Неправда через насилие не так постыдна для совершающего её, как неправда через хитрость; ибо первая возникает из физической силы, которая при всех обстоятельствах впечатляет человечество; в то время как последняя, путём использования уловки, выдаёт слабость и унижает человека сразу как физическое и моральное существо. Это далее имеет место потому, что ложь и обман могут преуспеть только если тот, кто использует их, выражает в то же время ужас и презрение к ним, чтобы завоевать доверие, и его победа покоится на том факте, что люди приписывают ему честность, которой он не обладает. Глубокий ужас, который всегда возбуждается хитростью, вероломством и предательством, покоится на том факте, что добрая вера и честность есть узы, которые внешне связывают в единство волю, которая была разбита на множественность индивидов, и тем самым ограничивают последствия эгоизма, который проистекает из этого рассеяния. Вероломство и предательство разрывают эти внешние узы и тем самым дают безграничный простор последствиям эгоизма.

В связи нашей системы мы обнаружили, что содержание понятия неправды есть то качество поведения индивида, в котором он расширяет утверждение воли, являющейся в его собственном теле, настолько, что оно становится отрицанием воли, являющейся в телах других. Мы также установили, посредством очень общих примеров, границы, на которых начинается область неправды; ибо мы сразу определили её градации, от высшей степени до низшей, посредством нескольких ведущих понятий. Согласно этому, понятие неправды есть изначальное и положительное, а понятие права, которое противопоставлено ему, есть производное и отрицательное; ибо мы должны держаться понятий, а не слов. На самом деле, не было бы разговоров о праве, если бы не было такой вещи, как неправда. Понятие права содержит лишь отрицание неправды, и каждое действие подводится под него, которое не преступает границу, установленную выше, т. е. не есть отрицание воли другого для более сильного утверждения нашей собственной. Эта граница, следовательно, разделяет, что касается чисто морального определения, всю область возможных действий на такие, которые являются неправдой или правом. Всякий раз, когда действие не посягает, способом, объяснённым выше, на сферу утверждения воли другого, отрицая её, оно не есть неправда. Поэтому, например, отказ в помощи другому в большой нужде, спокойное созерцание смерти другого от голода, в то время как мы сами имеем более чем достаточно, безусловно, жестоко и дьявольски, но это не неправда; только можно утверждать с уверенностью, что тот, кто способен довести недоброжелательность и твёрдость до такой степени, безусловно, также совершит всякую неправду, всякий раз, когда его желания потребуют этого и никакое принуждение не предотвратит этого.

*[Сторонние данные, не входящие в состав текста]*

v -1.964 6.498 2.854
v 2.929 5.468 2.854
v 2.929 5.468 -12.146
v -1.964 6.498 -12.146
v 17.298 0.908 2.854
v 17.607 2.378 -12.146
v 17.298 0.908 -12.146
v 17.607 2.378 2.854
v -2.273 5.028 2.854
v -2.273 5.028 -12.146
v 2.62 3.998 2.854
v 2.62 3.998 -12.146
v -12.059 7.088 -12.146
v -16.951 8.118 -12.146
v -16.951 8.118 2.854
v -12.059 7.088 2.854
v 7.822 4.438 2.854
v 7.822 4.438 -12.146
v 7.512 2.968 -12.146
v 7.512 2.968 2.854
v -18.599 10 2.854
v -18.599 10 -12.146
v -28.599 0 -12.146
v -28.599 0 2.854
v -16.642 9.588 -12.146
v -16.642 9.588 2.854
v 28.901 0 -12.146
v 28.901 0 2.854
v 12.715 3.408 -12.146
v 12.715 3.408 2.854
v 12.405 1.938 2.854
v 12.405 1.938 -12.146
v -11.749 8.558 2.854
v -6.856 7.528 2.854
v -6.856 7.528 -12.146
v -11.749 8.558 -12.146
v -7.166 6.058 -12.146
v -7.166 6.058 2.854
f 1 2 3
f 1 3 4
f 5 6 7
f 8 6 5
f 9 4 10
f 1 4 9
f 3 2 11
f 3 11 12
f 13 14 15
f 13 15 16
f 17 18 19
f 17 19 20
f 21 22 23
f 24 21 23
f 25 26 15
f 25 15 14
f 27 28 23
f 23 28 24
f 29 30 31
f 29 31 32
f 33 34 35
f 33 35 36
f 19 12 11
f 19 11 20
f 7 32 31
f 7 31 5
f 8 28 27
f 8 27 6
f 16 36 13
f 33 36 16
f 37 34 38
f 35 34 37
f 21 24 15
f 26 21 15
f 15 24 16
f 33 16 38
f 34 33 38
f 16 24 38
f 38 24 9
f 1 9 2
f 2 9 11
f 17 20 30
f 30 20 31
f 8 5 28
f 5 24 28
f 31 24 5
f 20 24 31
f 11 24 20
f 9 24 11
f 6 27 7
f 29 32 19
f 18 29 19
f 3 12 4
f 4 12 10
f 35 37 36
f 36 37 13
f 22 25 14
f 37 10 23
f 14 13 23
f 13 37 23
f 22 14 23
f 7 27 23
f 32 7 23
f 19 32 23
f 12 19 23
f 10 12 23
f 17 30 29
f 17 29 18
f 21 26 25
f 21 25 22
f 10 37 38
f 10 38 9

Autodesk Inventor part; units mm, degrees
ref_plane "YZ Plane" through (0, 0, 0) normal (1, 0, 0) x (0, 1, 0)
ref_plane "XZ Plane" through (0, 0, 0) normal (0, 1, 0) x (-1, 0, 0)
ref_plane "XY Plane" through (0, 0, 0) normal (0, 0, 1) x (1, 0, 0)
sketch "Skizze1" plane through (0, 0, 0) normal (0, 1, 0) x (-1, 0, 0)
  line L0 (18.599, 2.8535) -> (-28.901, 2.8535)
  line L1 (-28.901, 2.8535) -> (-28.901, -12.1465)
  line L2 (-28.901, -12.1465) -> (18.599, -12.1465)
  line L3 (18.599, -12.1465) -> (18.599, 2.8535)
  line L4 (18.599, -12.1465) -> (28.599, -12.1465)
  line L5 (28.599, -12.1465) -> (28.599, 2.8535)
  line L6 (28.599, 2.8535) -> (18.599, 2.8535)
  line L7 (18.599, 2.8535) -> (18.599, -12.1465)
  point P0 (0, 0)
  dimension "d0" = 47.5
  dimension "d1" = 15
  dimension "d6" = 10
extrude "Extrusion1" add sketch "Skizze1" along normal blind 10 contours L3 L2 L1 L0
sketch "Skizze2" plane through (-18.599, 0, 2.8535) normal (0, 0, 1) x (1, 0, 0)
  line L0 (47.5, 10) -> (0, 10) projected
  line L1 (47.5, 0) -> (0, 10)
  line L2 (0, 10) -> (47.5, 10)
  line L3 (47.5, 10) -> (47.5, 0)
  point P0 (18.599, 0)
extrude "Extrusion2" cut sketch "Skizze2" against normal up to surface (15 mm away)
sketch "Skizze3" plane through (28.901, 0, 2.8535) normal (0.206, 0.9785, 0) x (0.9785, -0.206, 0)
  point P0 (-28.2811, 2.8535)
extrude "Extrusion3" add sketch "Skizze1" along normal blind 10 contours L6 L5 L4 L3
sketch "Skizze6" plane through (-28.599, 0, 2.8535) normal (0, 0, 1) x (1, 0, 0)
  line L0 (10, 10) -> (0, 10) projected
  line L1 (0, 0) -> (0, 10) projected
  line L2 (10, 10) -> (0, 0)
  line L3 (0, 0) -> (0, 10)
  line L4 (57.5, 0) -> (10, 10) projected
  line L5 (0, 10) -> (10, 10)
  point P0 (28.599, 0)
extrude "Extrusion4" cut sketch "Skizze6" against normal blind 15
sketch "Skizze7" plane through (28.901, 0, 2.8535) normal (0.206, 0.9785, 0) x (0.9785, -0.206, 0)
  line L0 (0, 15) -> (-56.2666, 15) projected
  line L1 (-56.2666, 0) -> (0, 0) projected
  line L2 (-46.5412, 15) -> (-41.5412, 15)
  line L3 (-41.5412, 15) -> (-41.5412, 0)
  line L4 (-41.5412, 0) -> (-46.5412, 0)
  line L5 (-46.5412, 0) -> (-46.5412, 15)
  line L6 (-48.5412, 15) -> (-48.5412, 0) projected
  line L7 (-31.5412, 15) -> (-31.5412, 0)
  line L8 (-36.5412, 15) -> (-31.5412, 15)
  line L9 (-36.5412, 0) -> (-36.5412, 15)
  line L10 (-31.5412, 0) -> (-36.5412, 0)
  line L11 (-21.5412, 15) -> (-21.5412, 0)
  line L12 (-26.5412, 15) -> (-21.5412, 15)
  line L13 (-26.5412, 0) -> (-26.5412, 15)
  line L14 (-21.5412, 0) -> (-26.5412, 0)
  line L15 (-11.5412, 15) -> (-11.5412, 0)
  line L16 (-16.5412, 15) -> (-11.5412, 15)
  line L17 (-16.5412, 0) -> (-16.5412, 15)
  line L18 (-11.5412, 0) -> (-16.5412, 0)
  point P0 (-28.2811, 2.8535)
  point P1 (-16.5412, 15)
  point P2 (-16.5412, 0)
  point P3 (-11.5412, 0)
  point P4 (-11.5412, 15)
  point P5 (-26.5412, 0)
  point P6 (-21.5412, 0)
  point P7 (-21.5412, 15)
  point P8 (-36.5412, 0)
  point P9 (-31.5412, 0)
  point P10 (-31.5412, 15)
  point P11 (-46.5412, 0)
  point P12 (-41.5412, 15)
  dimension "d11" = 5
  dimension "d12" = 2
  dimension "d15" = 10
extrude "Extrusion5" cut sketch "Skizze7" against normal blind 1.5 contours L15 L1 L17 L0 | L11 L1 L13 L0 | L7 L1 L9 L0 | L3 L1 L5 L0
properties part number "Keilvertsell"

Но понятие права как отрицания неправды находит своё главное применение, и, без сомнения, своё происхождение, в случаях, в которых попытка неправды через насилие отражается. Это отражение само по себе не может быть неправдой, и, следовательно, есть право, хотя насилие, которое оно требует, рассматриваемое само по себе и в изоляции, было бы неправдой, и здесь только оправдано мотивом, т. е. становится правом. Если индивид заходит так далеко в утверждении своей собственной воли, что он посягает на утверждение воли, которое существенно для моей личности как таковой, и отрицает её, тогда моё отражение этого посягательства есть только отрицание этого отрицания, и таким образом с моей стороны есть не что иное, как утверждение воли, которая существенно и изначально является в моём теле, и уже имплицитно выражена самим появлением этого тела; следовательно, не есть неправда, но право. То есть: я имею тогда право отрицать это отрицание другого с силой, необходимой для преодоления его, и легко видеть, что это может распространяться на убийство другого индивида, чьё посягательство как внешнее насилие, давящее на меня, может быть отражено несколько более сильным противодействием, совершенно без неправды, следовательно, с правом. Ибо всё, что происходит с моей стороны, лежит всегда в пределах сферы утверждения воли, существенной для моей личности как таковой, и уже выраженной ею (которая есть сцена конфликта), и не посягает на сферу другого, следовательно, есть только отрицание отрицания, и таким образом утверждение, а не само по себе отрицание. Таким образом, если воля другого отрицает мою волю, как она является в моём теле и использовании его сил для его сохранения, без отрицания какой-либо чужой воли, которая соблюдает подобное ограничение, я могу без неправды принудить её воздержаться от такого отрицания, т. е. я имею постольку право принуждения.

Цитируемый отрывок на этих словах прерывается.